Stored items -
○ ○ ○ ○

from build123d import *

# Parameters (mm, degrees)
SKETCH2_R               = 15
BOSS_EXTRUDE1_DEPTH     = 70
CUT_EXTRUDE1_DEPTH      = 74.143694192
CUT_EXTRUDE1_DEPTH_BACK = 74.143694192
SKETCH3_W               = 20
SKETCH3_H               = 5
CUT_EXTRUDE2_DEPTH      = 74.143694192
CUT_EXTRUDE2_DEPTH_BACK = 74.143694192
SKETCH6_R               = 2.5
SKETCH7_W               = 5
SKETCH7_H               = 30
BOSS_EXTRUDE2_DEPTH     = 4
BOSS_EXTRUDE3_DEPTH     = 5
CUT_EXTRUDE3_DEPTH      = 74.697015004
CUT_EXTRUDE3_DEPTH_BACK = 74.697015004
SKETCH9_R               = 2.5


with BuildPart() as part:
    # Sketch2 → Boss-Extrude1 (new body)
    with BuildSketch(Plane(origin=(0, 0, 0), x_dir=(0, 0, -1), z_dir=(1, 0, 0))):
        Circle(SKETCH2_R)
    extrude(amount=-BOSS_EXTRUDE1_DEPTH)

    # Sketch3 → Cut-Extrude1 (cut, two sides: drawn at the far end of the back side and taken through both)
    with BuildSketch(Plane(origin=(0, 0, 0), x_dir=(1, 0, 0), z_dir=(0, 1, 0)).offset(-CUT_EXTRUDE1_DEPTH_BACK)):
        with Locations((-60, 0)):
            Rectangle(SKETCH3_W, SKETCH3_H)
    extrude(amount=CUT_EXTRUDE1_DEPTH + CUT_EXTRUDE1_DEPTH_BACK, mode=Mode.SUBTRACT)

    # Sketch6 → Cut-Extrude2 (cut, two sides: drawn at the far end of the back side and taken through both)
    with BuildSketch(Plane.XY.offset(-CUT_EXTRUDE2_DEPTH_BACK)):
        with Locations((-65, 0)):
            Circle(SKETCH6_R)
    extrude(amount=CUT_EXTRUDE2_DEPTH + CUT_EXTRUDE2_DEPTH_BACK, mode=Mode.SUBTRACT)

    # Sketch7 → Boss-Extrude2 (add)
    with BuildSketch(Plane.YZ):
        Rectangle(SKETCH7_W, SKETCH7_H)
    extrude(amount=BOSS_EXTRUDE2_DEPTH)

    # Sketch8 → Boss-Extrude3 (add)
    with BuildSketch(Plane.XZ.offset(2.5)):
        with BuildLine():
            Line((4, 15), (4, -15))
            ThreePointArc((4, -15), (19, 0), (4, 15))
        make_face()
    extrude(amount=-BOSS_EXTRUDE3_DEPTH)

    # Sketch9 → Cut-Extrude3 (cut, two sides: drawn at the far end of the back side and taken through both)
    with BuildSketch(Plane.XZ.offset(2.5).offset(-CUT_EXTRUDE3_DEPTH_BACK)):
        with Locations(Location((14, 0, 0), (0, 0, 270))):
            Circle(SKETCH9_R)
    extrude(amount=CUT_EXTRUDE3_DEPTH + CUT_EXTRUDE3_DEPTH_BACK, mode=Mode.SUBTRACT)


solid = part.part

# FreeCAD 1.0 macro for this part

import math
import FreeCAD as App
import Part
import Sketcher

doc = App.newDocument("Part")
params = doc.addObject("Spreadsheet::Sheet", "Params")
for row, (alias, value) in enumerate([
    ("sketch1_diameter", "30 mm"),
    ("pad1_length", "70 mm"),
    ("sketch2_width", "20 mm"),
    ("sketch2_height", "5 mm"),
    ("sketch3_diameter", "5 mm"),
    ("sketch4_width", "5 mm"),
    ("sketch4_height", "30 mm"),
    ("pad2_length", "4 mm"),
    ("sketch5_radius", "15 mm"),
    ("pad3_length", "5 mm"),
    ("sketch6_diameter", "5 mm"),
], start=1):
    params.set(f"A{row}", alias)
    params.set(f"B{row}", "=" + value)
    params.setAlias(f"B{row}", alias)

body = doc.addObject("PartDesign::Body", "Body")

sketch1 = body.newObject("Sketcher::SketchObject", "Sketch")
sketch1.AttachmentSupport = (doc.getObject("YZ_Plane"), [""])
sketch1.MapMode = "FlatFace"
sketch1.addGeometry(Part.Circle(App.Vector(0, 0, 0), App.Vector(0, 0, 1), 15), False)
sketch1.addConstraint([
    Sketcher.Constraint("Coincident", 0, 3, -1, 1),
    Sketcher.Constraint("Diameter", 0, 30.0),
])
sketch1.setExpression("Constraints[1]", "Params.sketch1_diameter")
pad1 = body.newObject("PartDesign::Pad", "Pad")
pad1.Profile = sketch1
pad1.setExpression("Length", "Params.pad1_length")
pad1.Reversed = True

sketch2 = body.newObject("Sketcher::SketchObject", "Sketch001")
sketch2.AttachmentSupport = (doc.getObject("XZ_Plane"), [""])
sketch2.MapMode = "FlatFace"
sketch2.addGeometry([
    Part.LineSegment(App.Vector(-70, -2.5, 0), App.Vector(-70, 2.5, 0)),
    Part.LineSegment(App.Vector(-70, 2.5, 0), App.Vector(-50, 2.5, 0)),
    Part.LineSegment(App.Vector(-50, 2.5, 0), App.Vector(-50, -2.5, 0)),
    Part.LineSegment(App.Vector(-50, -2.5, 0), App.Vector(-70, -2.5, 0)),
], False)
sketch2.addConstraint([
    Sketcher.Constraint("Coincident", 0, 2, 1, 1),
    Sketcher.Constraint("Coincident", 1, 2, 2, 1),
    Sketcher.Constraint("Coincident", 2, 2, 3, 1),
    Sketcher.Constraint("Coincident", 3, 2, 0, 1),
    Sketcher.Constraint("Vertical", 0),
    Sketcher.Constraint("Horizontal", 1),
    Sketcher.Constraint("Vertical", 2),
    Sketcher.Constraint("Horizontal", 3),
    Sketcher.Constraint("DistanceX", 1, 1, 1, 2, 20.0),
    Sketcher.Constraint("DistanceY", 0, 1, 0, 2, 5.0),
    Sketcher.Constraint("DistanceX", 0, 2, -1, 1, 70.0),
    Sketcher.Constraint("DistanceY", -1, 1, 0, 2, 2.5),
])
sketch2.setExpression("Constraints[8]", "Params.sketch2_width")
sketch2.setExpression("Constraints[9]", "Params.sketch2_height")
pocket1 = body.newObject("PartDesign::Pocket", "Pocket")
pocket1.Profile = sketch2
pocket1.Type = "ThroughAll"
pocket1.Midplane = True

sketch3 = body.newObject("Sketcher::SketchObject", "Sketch002")
sketch3.AttachmentSupport = (doc.getObject("XY_Plane"), [""])
sketch3.MapMode = "FlatFace"
sketch3.addGeometry(Part.Circle(App.Vector(-65, 0, 0), App.Vector(0, 0, 1), 2.5), False)
sketch3.addConstraint([
    Sketcher.Constraint("PointOnObject", 0, 3, -1),
    Sketcher.Constraint("Diameter", 0, 5.0),
    Sketcher.Constraint("DistanceX", 0, 3, -1, 1, 65.0),
])
sketch3.setExpression("Constraints[1]", "Params.sketch3_diameter")
pocket2 = body.newObject("PartDesign::Pocket", "Pocket001")
pocket2.Profile = sketch3
pocket2.Type = "ThroughAll"
pocket2.Midplane = True

sketch4 = body.newObject("Sketcher::SketchObject", "Sketch003")
sketch4.AttachmentSupport = (doc.getObject("YZ_Plane"), [""])
sketch4.MapMode = "FlatFace"
sketch4.addGeometry([
    Part.LineSegment(App.Vector(-2.5, 15, 0), App.Vector(-2.5, -15, 0)),
    Part.LineSegment(App.Vector(-2.5, -15, 0), App.Vector(2.5, -15, 0)),
    Part.LineSegment(App.Vector(2.5, -15, 0), App.Vector(2.5, 15, 0)),
    Part.LineSegment(App.Vector(2.5, 15, 0), App.Vector(-2.5, 15, 0)),
], False)
sketch4.addConstraint([
    Sketcher.Constraint("Coincident", 0, 2, 1, 1),
    Sketcher.Constraint("Coincident", 1, 2, 2, 1),
    Sketcher.Constraint("Coincident", 2, 2, 3, 1),
    Sketcher.Constraint("Coincident", 3, 2, 0, 1),
    Sketcher.Constraint("Vertical", 0),
    Sketcher.Constraint("Horizontal", 1),
    Sketcher.Constraint("Vertical", 2),
    Sketcher.Constraint("Horizontal", 3),
    Sketcher.Constraint("Symmetric", 0, 2, 2, 2, -1, 1),
    Sketcher.Constraint("DistanceX", 1, 1, 1, 2, 5.0),
    Sketcher.Constraint("DistanceY", 0, 2, 0, 1, 30.0),
])
sketch4.setExpression("Constraints[9]", "Params.sketch4_width")
sketch4.setExpression("Constraints[10]", "Params.sketch4_height")
pad2 = body.newObject("PartDesign::Pad", "Pad001")
pad2.Profile = sketch4
pad2.setExpression("Length", "Params.pad2_length")

sketch5 = body.newObject("Sketcher::SketchObject", "Sketch004")
sketch5.AttachmentSupport = (doc.getObject("XZ_Plane"), [""])
sketch5.MapMode = "FlatFace"
sketch5.AttachmentOffset = App.Placement(App.Vector(0, 0, 2.5), App.Rotation())
sketch5.addGeometry([
    Part.LineSegment(App.Vector(4, 15, 0), App.Vector(4, -15, 0)),
    Part.ArcOfCircle(Part.Circle(App.Vector(4, 0, 0), App.Vector(0, 0, 1), 15), math.radians(-90), math.radians(90)),
], False)
sketch5.addConstraint([
    Sketcher.Constraint("Coincident", 0, 1, 1, 2),
    Sketcher.Constraint("Coincident", 1, 1, 0, 2),
    Sketcher.Constraint("Vertical", 0),
    Sketcher.Constraint("PointOnObject", 1, 3, -1),
    Sketcher.Constraint("Vertical", 1, 3, 0, 1),
    Sketcher.Constraint("Radius", 1, 15.0),
    Sketcher.Constraint("DistanceX", -1, 1, 1, 3, 4.0),
])
sketch5.setExpression("Constraints[5]", "Params.sketch5_radius")
pad3 = body.newObject("PartDesign::Pad", "Pad002")
pad3.Profile = sketch5
pad3.setExpression("Length", "Params.pad3_length")
pad3.Reversed = True

sketch6 = body.newObject("Sketcher::SketchObject", "Sketch005")
sketch6.AttachmentSupport = (doc.getObject("XZ_Plane"), [""])
sketch6.MapMode = "FlatFace"
sketch6.AttachmentOffset = App.Placement(App.Vector(0, 0, 2.5), App.Rotation())
sketch6.addGeometry(Part.Circle(App.Vector(14, 0, 0), App.Vector(0, 0, 1), 2.5), False)
sketch6.addConstraint([
    Sketcher.Constraint("PointOnObject", 0, 3, -1),
    Sketcher.Constraint("Diameter", 0, 5.0),
    Sketcher.Constraint("DistanceX", -1, 1, 0, 3, 14.0),
])
sketch6.setExpression("Constraints[1]", "Params.sketch6_diameter")
pocket3 = body.newObject("PartDesign::Pocket", "Pocket002")
pocket3.Profile = sketch6
pocket3.Type = "ThroughAll"
pocket3.Midplane = True

doc.recompute()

○ ○ ○ ○

YOUR OBJECTIVE - From the entries above, return exactly the line containing "extrude(amount=BOSS_EXTRUDE2_DEPTH)", the line containing "extrude(amount=-BOSS_EXTRUDE3_DEPTH)", and all lines between, and nothing else.

FINISHED EXERCISE -
    extrude(amount=BOSS_EXTRUDE2_DEPTH)

    # Sketch8 → Boss-Extrude3 (add)
    with BuildSketch(Plane.XZ.offset(2.5)):
        with BuildLine():
            Line((4, 15), (4, -15))
            ThreePointArc((4, -15), (19, 0), (4, 15))
        make_face()
    extrude(amount=-BOSS_EXTRUDE3_DEPTH)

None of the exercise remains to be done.